Oireachtas Joint and Select Committees
Thursday, 8 December 2022
Joint Oireachtas Committee on the Implementation of the Good Friday Agreement
Architects of the Good Friday Agreement (Resumed): Mr. John Bruton
Richard Bruton (Dublin Bay North, Fine Gael) | Oireachtas source
I actually said in my presentation that I accept 50% plus one is sufficient. We cannot change that at this stage. An attempt to change it would go nowhere. I do not believe in tilting at windmills for no purpose. That is what we have got to live with. However, we must ask the voters to take a more sophisticated view of the matter and ask, in deciding to vote at a particular time, whether that time is ripe for a united Ireland. They must ask whether it would work at the given time and whether sufficient reconciliation has taken place such that 50% plus one would be enough. If there is not enough groundwork for a harmonious united Ireland that fulfils the criteria that Albert Reynolds put forward in the Downing Street Declaration, people should not vote for it. That does not mean they should not be asked. They are free to vote. People are not obliged to vote for a proposition just because it is put forward. We are free agents and can decide. We can decide at one time to vote in one direction and maybe two years later to vote in another. We have seen that in referenda in Ireland in the past. We got it right eventually. We cannot change the 50% plus one.
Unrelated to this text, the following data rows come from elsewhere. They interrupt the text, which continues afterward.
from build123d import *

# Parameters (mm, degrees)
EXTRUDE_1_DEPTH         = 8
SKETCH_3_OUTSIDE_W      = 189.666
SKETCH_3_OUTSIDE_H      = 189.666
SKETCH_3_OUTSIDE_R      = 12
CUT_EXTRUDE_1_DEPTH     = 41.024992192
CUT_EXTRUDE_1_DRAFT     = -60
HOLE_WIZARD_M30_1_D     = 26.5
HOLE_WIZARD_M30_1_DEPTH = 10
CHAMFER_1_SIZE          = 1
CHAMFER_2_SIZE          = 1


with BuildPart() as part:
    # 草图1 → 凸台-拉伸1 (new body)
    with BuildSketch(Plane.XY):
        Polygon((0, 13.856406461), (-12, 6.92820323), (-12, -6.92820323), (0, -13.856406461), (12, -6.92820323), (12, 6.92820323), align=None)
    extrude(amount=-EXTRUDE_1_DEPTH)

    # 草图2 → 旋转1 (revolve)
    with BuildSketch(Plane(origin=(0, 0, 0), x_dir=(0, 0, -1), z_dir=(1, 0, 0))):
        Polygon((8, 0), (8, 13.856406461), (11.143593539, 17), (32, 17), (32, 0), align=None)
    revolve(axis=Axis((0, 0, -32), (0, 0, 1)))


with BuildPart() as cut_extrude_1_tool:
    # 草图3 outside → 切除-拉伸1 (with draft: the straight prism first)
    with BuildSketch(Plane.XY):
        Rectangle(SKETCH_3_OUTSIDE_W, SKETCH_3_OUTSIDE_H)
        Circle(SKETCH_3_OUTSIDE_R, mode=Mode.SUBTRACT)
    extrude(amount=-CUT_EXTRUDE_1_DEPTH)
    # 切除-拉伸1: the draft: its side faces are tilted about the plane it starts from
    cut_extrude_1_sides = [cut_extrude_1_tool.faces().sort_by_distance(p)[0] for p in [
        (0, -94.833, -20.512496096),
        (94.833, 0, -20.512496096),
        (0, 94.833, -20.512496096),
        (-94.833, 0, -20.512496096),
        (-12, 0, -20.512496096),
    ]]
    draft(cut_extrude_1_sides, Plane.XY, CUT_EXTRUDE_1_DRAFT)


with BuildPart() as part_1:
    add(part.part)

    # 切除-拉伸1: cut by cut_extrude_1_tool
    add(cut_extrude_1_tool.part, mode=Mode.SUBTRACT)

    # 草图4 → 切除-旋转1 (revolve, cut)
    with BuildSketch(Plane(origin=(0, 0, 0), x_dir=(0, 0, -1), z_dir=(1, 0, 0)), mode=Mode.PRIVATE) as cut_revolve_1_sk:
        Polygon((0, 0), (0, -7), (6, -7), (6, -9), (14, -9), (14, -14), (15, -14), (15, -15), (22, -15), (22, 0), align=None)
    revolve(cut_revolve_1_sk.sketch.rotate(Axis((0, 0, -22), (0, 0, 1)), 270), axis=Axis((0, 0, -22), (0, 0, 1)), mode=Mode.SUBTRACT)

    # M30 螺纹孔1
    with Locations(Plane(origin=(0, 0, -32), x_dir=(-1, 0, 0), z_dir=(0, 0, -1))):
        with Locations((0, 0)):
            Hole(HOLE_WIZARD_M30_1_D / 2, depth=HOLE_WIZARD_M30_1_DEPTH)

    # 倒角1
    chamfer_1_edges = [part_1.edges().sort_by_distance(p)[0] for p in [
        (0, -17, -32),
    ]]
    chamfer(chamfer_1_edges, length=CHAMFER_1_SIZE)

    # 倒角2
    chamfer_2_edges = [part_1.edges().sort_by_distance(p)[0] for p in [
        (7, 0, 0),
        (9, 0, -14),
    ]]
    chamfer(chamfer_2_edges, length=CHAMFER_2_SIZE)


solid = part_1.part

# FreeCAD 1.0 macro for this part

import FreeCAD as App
import Part
import Sketcher
from FreeCAD import Vector
Q = App.Units.Quantity


def edges_at(feature, points):
    """Names of the edges that pass closest to the given points."""
    edges = feature.Shape.Edges
    near = lambda p: min(range(len(edges)), key=lambda i: edges[i].distToShape(Part.Vertex(*p))[0])
    return sorted({f"Edge{near(p) + 1}" for p in points})


def faces_at(feature, points):
    """Names of the faces that lie closest to the given points."""
    faces = feature.Shape.Faces
    near = lambda p: min(range(len(faces)), key=lambda i: faces[i].distToShape(Part.Vertex(*p))[0])
    return sorted({f"Face{near(p) + 1}" for p in points})


def add_polygon(sketch, points):
    """Adds a closed chain of lines whose ends are joined by coincident constraints."""
    first, n = sketch.GeometryCount, len(points)
    for a, b in zip(points, points[1:] + points[:1]):
        sketch.addGeometry(Part.LineSegment(App.Vector(*a, 0), App.Vector(*b, 0)), False)
    for i in range(n):
        sketch.addConstraint(Sketcher.Constraint("Coincident", first + i, 2, first + (i + 1) % n, 1))

doc = App.newDocument("Part")
body = doc.addObject("PartDesign::Body", "Body")

# Sketch on XY plane
sketch1 = body.newObject("Sketcher::SketchObject", "Sketch")
sketch1.AttachmentSupport = (doc.getObject("XY_Plane"), [""])
sketch1.MapMode = "FlatFace"
add_polygon(sketch1, [(0, 13.856406), (-12, 6.928203), (-12, -6.928203), (0, -13.856406), (12, -6.928203), (12, 6.928203)])  # lines 0-5
sketch1.addConstraint([
    Sketcher.Constraint("Vertical", 1),
    Sketcher.Constraint("Vertical", 4),
    Sketcher.Constraint("Symmetric", 0, 2, 3, 2, -1, 1),
    Sketcher.Constraint("Symmetric", 2, 2, 5, 2, -1, 1),
    Sketcher.Constraint("PointOnObject", 2, 2, -2),
    Sketcher.Constraint("Parallel", 2, 5),
    Sketcher.Constraint("Horizontal", 1, 2, 3, 2),
    Sketcher.Constraint("Angle", 0, Q("-150 deg")),
    Sketcher.Constraint("DistanceX", 0, 2, -1, 1, Q("12 mm")),
    Sketcher.Constraint("DistanceY", 1, 2, 1, 1, Q("13.856406 mm")),
])
pad1 = body.newObject("PartDesign::Pad", "Pad")
pad1.Profile = sketch1
pad1.Length = 8
pad1.Reversed = True

# Sketch on YZ plane
sketch2 = body.newObject("Sketcher::SketchObject", "Sketch001")
sketch2.AttachmentSupport = (doc.getObject("YZ_Plane"), [""])
sketch2.MapMode = "FlatFace"
add_polygon(sketch2, [(13.856406, -8), (0, -8), (0, -32), (17, -32), (17, -11.143594)])  # lines 0-4
sketch2.addConstraint([
    Sketcher.Constraint("Horizontal", 0),
    Sketcher.Constraint("Vertical", 1),
    Sketcher.Constraint("Horizontal", 2),
    Sketcher.Constraint("Vertical", 3),
    Sketcher.Constraint("PointOnObject", 0, 2, -2),
    Sketcher.Constraint("DistanceX", 2, 1, 2, 2, Q("17 mm")),
    Sketcher.Constraint("DistanceY", 1, 2, 1, 1, Q("24 mm")),
    Sketcher.Constraint("Angle", 4, Q("135 deg")),
    Sketcher.Constraint("DistanceY", 0, 2, -1, 1, Q("8 mm")),
    Sketcher.Constraint("DistanceX", 0, 2, 0, 1, Q("13.856406 mm")),
])
revolution = body.newObject("PartDesign::Revolution", "Revolution")
revolution.Profile = sketch2
revolution.ReferenceAxis = (sketch2, ["V_Axis"])
revolution.Angle = 360
body2 = doc.addObject("PartDesign::Body", "Body001")

# Sketch on XY plane
sketch3 = body2.newObject("Sketcher::SketchObject", "Sketch002")
sketch3.AttachmentSupport = (doc.getObject("XY_Plane001"), [""])
sketch3.MapMode = "FlatFace"
add_polygon(sketch3, [(-94.833, 94.833), (-94.833, -94.833), (94.833, -94.833), (94.833, 94.833)])  # lines 0-3
sketch3.addGeometry(Part.Circle(Vector(0, 0, 0), Vector(0, 0, 1), 12), False)  # 4
sketch3.addConstraint([
    Sketcher.Constraint("Vertical", 0),
    Sketcher.Constraint("Horizontal", 1),
    Sketcher.Constraint("Vertical", 2),
    Sketcher.Constraint("Horizontal", 3),
    Sketcher.Constraint("Coincident", 4, 3, -1, 1),
    Sketcher.Constraint("Symmetric", 0, 2, 2, 2, -1, 1),
    Sketcher.Constraint("Equal", 3, 0),
    Sketcher.Constraint("Diameter", 4, Q("24 mm")),
    Sketcher.Constraint("DistanceX", 1, 1, 1, 2, Q("189.666 mm")),
])
pad2 = body2.newObject("PartDesign::Pad", "Pad001")
pad2.Profile = sketch3
pad2.Length = 41.024992
pad2.Reversed = True
doc.recompute()

draft = body2.newObject("PartDesign::Draft", "Draft")
draft.Base = (pad2, faces_at(pad2, [
    (0, -94.833, -20.512),
    (94.833, 0, -20.512),
    (0, 94.833, -20.512),
    (-94.833, 0, -20.512),
    (-12, 0, -20.512),
]))
draft.NeutralPlane = (doc.getObject("XY_Plane001"), [""])
draft.Angle = 60
draft.Reversed = True
doc.recompute()

boolean = body.newObject("PartDesign::Boolean", "Boolean")
boolean.Type = "Cut"
boolean.addObjects([body2])

# Sketch on YZ plane
sketch4 = body.newObject("Sketcher::SketchObject", "Sketch003")
sketch4.AttachmentSupport = (doc.getObject("YZ_Plane"), [""])
sketch4.MapMode = "FlatFace"
add_polygon(sketch4, [(0, 0), (-7, 0), (-7, -6), (-9, -6), (-9, -14), (-14, -14), (-14, -15), (-15, -15), (-15, -22), (0, -22)])  # lines 0-9
sketch4.addConstraint([
    Sketcher.Constraint("Horizontal", 0),
    Sketcher.Constraint("Vertical", 1),
    Sketcher.Constraint("Horizontal", 2),
    Sketcher.Constraint("Vertical", 3),
    Sketcher.Constraint("Horizontal", 4),
    Sketcher.Constraint("Vertical", 5),
    Sketcher.Constraint("Horizontal", 6),
    Sketcher.Constraint("Vertical", 7),
    Sketcher.Constraint("Horizontal", 8),
    Sketcher.Constraint("Vertical", 9),
    Sketcher.Constraint("Coincident", 9, 2, -1, 1),
    Sketcher.Constraint("Equal", 6, 5),
    Sketcher.Constraint("Equal", 0, 7),
    Sketcher.Constraint("DistanceX", 0, 2, 0, 1, Q("7 mm")),
    Sketcher.Constraint("DistanceX", 2, 2, 2, 1, Q("2 mm")),
    Sketcher.Constraint("DistanceX", 4, 2, 4, 1, Q("5 mm")),
    Sketcher.Constraint("DistanceX", 6, 2, 6, 1, Q("1 mm")),
    Sketcher.Constraint("DistanceY", 1, 2, 1, 1, Q("6 mm")),
    Sketcher.Constraint("DistanceY", 3, 2, 3, 1, Q("8 mm")),
])
groove = body.newObject("PartDesign::Groove", "Groove")
groove.Profile = sketch4
groove.ReferenceAxis = (sketch4, ["V_Axis"])
groove.Angle = 360

# Sketch on XY plane
sketch5 = body.newObject("Sketcher::SketchObject", "Sketch004")
sketch5.AttachmentSupport = (doc.getObject("XY_Plane"), [""])
sketch5.MapMode = "FlatFace"
sketch5.AttachmentOffset = App.Placement(Vector(0, 0, -32), App.Rotation())
sketch5.addGeometry(Part.Circle(Vector(0, 0, 0), Vector(0, 0, 1), 13.25), False)
sketch5.addConstraint([
    Sketcher.Constraint("Coincident", 0, 3, -1, 1),
    Sketcher.Constraint("Diameter", 0, Q("26.5 mm")),
])
doc.recompute()
hole = body.newObject("PartDesign::Hole", "Hole")
hole.Profile = sketch5
hole.ThreadType = "None"
hole.Diameter = 26.5
hole.DepthType = "Dimension"
hole.Depth = 10
hole.DrillPoint = "Flat"
hole.Reversed = True
doc.recompute()

chamfer = body.newObject("PartDesign::Chamfer", "Chamfer")
chamfer.Base = (hole, edges_at(hole, [(0, -17, -32)]))
chamfer.Size = 1
doc.recompute()

chamfer2 = body.newObject("PartDesign::Chamfer", "Chamfer001")
chamfer2.Base = (chamfer, edges_at(chamfer, [(7, 0, 0), (9, 0, -14)]))
chamfer2.Size = 1

doc.recompute()
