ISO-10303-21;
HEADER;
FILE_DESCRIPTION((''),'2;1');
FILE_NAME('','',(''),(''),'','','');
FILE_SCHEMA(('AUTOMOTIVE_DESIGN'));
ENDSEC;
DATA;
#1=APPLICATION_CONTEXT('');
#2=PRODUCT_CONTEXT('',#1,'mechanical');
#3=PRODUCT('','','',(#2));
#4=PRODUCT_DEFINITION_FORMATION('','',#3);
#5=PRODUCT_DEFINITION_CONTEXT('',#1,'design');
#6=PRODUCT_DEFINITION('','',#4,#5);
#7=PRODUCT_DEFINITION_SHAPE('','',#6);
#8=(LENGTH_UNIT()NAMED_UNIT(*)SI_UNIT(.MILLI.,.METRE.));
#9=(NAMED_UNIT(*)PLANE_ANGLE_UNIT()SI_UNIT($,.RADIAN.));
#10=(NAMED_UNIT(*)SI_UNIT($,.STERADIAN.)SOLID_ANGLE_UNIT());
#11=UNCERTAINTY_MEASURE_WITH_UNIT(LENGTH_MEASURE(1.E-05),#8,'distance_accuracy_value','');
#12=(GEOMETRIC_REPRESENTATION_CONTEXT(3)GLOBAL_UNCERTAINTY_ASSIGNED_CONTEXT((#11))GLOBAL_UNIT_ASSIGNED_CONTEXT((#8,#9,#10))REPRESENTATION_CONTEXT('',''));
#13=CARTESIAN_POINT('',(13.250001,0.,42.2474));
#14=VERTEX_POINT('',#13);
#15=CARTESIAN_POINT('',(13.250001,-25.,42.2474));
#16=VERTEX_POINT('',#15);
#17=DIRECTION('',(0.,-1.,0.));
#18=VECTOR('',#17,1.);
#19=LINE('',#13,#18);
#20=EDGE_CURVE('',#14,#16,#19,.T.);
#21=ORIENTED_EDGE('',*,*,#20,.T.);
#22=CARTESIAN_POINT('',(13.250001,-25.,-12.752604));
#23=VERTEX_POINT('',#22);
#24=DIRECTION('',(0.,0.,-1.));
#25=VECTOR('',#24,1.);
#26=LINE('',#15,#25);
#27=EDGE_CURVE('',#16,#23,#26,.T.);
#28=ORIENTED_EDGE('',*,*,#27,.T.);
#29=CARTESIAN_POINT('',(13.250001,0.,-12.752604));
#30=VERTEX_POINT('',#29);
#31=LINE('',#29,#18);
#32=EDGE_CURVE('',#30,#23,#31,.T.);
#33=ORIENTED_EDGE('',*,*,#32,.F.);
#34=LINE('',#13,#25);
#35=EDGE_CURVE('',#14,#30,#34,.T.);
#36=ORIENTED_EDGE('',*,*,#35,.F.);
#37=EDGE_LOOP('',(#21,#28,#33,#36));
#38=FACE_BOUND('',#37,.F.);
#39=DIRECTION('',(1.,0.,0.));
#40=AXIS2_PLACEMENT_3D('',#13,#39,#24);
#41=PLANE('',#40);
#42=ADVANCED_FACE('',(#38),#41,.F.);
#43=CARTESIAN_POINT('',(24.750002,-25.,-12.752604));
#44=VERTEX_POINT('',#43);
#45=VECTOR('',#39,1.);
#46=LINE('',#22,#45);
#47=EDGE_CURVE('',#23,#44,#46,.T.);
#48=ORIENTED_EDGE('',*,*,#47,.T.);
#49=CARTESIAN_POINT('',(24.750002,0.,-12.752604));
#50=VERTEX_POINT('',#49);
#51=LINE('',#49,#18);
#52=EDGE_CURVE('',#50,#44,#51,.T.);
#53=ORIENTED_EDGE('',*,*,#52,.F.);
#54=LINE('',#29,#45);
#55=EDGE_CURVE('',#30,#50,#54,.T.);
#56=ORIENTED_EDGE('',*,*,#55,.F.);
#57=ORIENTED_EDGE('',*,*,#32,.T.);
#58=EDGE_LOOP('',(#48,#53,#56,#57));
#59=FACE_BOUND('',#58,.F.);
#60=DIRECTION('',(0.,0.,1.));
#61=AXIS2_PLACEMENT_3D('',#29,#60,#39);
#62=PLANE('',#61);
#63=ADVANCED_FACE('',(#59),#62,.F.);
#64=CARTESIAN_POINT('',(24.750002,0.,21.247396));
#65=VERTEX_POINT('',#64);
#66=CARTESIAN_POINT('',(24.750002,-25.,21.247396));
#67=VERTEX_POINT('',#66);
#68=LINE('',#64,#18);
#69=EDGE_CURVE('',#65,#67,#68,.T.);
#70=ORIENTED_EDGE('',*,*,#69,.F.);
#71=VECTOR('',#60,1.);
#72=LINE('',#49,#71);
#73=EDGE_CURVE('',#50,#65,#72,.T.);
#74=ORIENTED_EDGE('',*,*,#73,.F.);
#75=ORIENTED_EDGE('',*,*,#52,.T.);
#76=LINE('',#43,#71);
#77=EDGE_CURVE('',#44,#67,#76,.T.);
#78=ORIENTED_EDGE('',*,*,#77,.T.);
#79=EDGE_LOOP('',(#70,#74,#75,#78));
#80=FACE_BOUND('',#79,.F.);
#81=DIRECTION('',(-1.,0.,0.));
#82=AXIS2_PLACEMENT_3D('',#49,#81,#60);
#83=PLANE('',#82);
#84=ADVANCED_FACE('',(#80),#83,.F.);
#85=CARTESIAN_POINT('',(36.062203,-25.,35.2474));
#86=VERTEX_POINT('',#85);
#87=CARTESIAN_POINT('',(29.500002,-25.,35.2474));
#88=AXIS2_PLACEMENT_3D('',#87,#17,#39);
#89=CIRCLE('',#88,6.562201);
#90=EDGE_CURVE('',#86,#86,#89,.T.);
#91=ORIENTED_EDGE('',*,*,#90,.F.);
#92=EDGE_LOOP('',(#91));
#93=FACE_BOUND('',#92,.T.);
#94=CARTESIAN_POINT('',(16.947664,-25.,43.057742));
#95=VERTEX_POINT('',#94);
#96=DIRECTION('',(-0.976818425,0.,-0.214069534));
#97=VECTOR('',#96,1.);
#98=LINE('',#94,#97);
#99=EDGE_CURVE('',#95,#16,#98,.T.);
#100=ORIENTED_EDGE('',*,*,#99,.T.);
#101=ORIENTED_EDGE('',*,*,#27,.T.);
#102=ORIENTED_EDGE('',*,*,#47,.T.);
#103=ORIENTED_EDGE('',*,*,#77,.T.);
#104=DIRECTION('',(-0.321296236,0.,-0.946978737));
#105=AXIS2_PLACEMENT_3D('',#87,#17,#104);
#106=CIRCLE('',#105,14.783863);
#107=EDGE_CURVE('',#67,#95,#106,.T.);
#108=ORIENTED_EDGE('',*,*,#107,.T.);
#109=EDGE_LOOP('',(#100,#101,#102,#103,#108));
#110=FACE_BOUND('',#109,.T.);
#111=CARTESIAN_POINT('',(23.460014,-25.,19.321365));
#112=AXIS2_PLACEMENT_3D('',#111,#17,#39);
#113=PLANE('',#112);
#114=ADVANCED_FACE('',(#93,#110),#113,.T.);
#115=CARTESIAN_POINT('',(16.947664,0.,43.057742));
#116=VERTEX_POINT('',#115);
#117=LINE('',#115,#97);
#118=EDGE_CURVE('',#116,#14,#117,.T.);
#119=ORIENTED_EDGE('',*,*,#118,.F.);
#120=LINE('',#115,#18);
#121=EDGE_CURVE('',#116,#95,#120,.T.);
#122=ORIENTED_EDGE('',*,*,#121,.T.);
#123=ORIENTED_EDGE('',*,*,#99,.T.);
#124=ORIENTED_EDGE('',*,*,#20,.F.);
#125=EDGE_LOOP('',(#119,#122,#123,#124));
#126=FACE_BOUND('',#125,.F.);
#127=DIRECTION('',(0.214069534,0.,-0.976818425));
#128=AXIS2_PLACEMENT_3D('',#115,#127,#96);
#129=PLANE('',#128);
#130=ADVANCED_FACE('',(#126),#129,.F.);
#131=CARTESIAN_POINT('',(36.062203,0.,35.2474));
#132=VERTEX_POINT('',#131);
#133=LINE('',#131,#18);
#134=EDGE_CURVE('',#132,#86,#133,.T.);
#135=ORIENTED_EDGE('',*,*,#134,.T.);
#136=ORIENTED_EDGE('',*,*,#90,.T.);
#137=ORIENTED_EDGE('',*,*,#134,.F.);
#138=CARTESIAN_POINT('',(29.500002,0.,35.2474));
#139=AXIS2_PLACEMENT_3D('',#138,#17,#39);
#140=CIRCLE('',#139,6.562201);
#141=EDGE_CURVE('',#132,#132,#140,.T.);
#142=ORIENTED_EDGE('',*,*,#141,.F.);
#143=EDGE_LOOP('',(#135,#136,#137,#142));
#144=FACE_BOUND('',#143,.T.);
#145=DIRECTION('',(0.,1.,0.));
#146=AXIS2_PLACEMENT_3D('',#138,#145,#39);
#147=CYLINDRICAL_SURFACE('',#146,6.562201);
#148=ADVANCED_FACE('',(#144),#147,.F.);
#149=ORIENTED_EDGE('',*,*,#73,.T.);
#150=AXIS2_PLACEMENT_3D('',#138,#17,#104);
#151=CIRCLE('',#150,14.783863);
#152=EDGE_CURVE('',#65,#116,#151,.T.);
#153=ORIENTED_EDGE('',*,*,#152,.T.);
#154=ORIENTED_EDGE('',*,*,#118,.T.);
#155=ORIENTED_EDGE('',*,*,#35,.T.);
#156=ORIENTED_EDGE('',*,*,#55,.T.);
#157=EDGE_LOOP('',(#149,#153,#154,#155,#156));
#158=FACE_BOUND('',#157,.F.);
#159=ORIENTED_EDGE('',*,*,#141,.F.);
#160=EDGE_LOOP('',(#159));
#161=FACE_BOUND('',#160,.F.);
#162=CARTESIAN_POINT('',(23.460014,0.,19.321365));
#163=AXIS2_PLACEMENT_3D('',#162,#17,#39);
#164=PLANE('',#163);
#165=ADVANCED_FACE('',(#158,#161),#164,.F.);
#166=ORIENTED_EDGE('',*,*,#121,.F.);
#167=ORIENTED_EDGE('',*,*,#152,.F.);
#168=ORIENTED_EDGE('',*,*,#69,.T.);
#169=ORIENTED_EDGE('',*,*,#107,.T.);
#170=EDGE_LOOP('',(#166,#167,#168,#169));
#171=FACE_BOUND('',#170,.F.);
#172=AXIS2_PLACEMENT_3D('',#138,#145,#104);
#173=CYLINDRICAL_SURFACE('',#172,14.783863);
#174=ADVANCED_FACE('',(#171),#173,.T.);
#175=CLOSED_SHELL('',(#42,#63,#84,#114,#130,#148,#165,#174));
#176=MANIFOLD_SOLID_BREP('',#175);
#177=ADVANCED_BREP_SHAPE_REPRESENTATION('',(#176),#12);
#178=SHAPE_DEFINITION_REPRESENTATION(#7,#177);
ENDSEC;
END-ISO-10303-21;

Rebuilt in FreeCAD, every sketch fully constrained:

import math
import FreeCAD as App
import Part
import Sketcher

doc = App.newDocument("Part")
body = doc.addObject("PartDesign::Body", "Body")

# Sketch on XZ plane
sketch1 = body.newObject("Sketcher::SketchObject", "Sketch")
sketch1.AttachmentSupport = (doc.getObject("XZ_Plane"), [""])
sketch1.MapMode = "FlatFace"
sketch1.addGeometry([
    Part.LineSegment(App.Vector(16.9, 43.1, 0), App.Vector(13.3, 42.2, 0)),  # 0
    Part.LineSegment(App.Vector(13.3, 42.2, 0), App.Vector(13.3, -12.8, 0)),  # 1
    Part.LineSegment(App.Vector(13.3, -12.8, 0), App.Vector(24.8, -12.8, 0)),  # 2
    Part.LineSegment(App.Vector(24.8, -12.8, 0), App.Vector(24.8, 21.2, 0)),  # 3
    Part.ArcOfCircle(Part.Circle(App.Vector(29.5, 35.2, 0), App.Vector(0, 0, 1), 14.8), math.radians(-109), math.radians(148)),  # 4
    Part.Circle(App.Vector(29.5, 35.2, 0), App.Vector(0, 0, 1), 6.6),  # 5
], False)
sketch1.addConstraint([
    Sketcher.Constraint("Coincident", 0, 2, 1, 1),
    Sketcher.Constraint("Coincident", 1, 2, 2, 1),
    Sketcher.Constraint("Coincident", 2, 2, 3, 1),
    Sketcher.Constraint("Coincident", 3, 2, 4, 1),
    Sketcher.Constraint("Coincident", 4, 2, 0, 1),
    Sketcher.Constraint("Vertical", 1),
    Sketcher.Constraint("Horizontal", 2),
    Sketcher.Constraint("Vertical", 3),
    Sketcher.Constraint("Coincident", 5, 3, 4, 3),
    Sketcher.Constraint("DistanceY", 3, 1, 3, 2, 34.0),
    Sketcher.Constraint("DistanceX", 2, 1, 2, 2, 11.500001),
    Sketcher.Constraint("DistanceY", 4, 3, 0, 2, 7.0),
    Sketcher.Constraint("DistanceX", -1, 1, 4, 3, 29.500002),
    Sketcher.Constraint("DistanceX", -1, 1, 0, 2, 13.250001),
    Sketcher.Constraint("Diameter", 5, 13.124402),
    Sketcher.Constraint("Radius", 4, 14.783863),
    Sketcher.Constraint("DistanceY", -1, 1, 4, 3, 35.2474),
    Sketcher.Constraint("DistanceY", 4, 3, 4, 2, 7.810342),
])
pad1 = body.newObject("PartDesign::Pad", "Pad")
pad1.Profile = sketch1
pad1.Length = 25

doc.recompute()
I agree that partition was destabilising. I thank Mr. Brady for his patience. My address was rather long. In it, I tried to outline the background to the idea of partition. It did not arise in the 1920 Act out of nowhere; it had been canvassed as a possibility for the previous 30 years by certain people who felt there would not be adequate security and peace with home rule without some form of exclusion. I do not believe the Liberal Government of 1914 would have gone to war to impose a united Ireland under home rule. Maybe it would but it was never tested. I am not so sure that, if it had done so, it would have been in our interests. We have a legacy of violence and other things we regret, but things are not as bad as they could have been.
On the question concerning what I advocated, I was not involved in the final negotiations. I was present at the preliminary negotiations so I am not going to make any big claims. The framework document that was negotiated, principally by Mr. Dick Spring as part of the Government of which I was Taoiseach, and that we agreed with the British envisaged a much more extensive role for the North–South bodies than the Good Friday Agreement. In fact, the outcome on the North–South bodies was very disappointing, and the outcome in practice has been even more disappointing.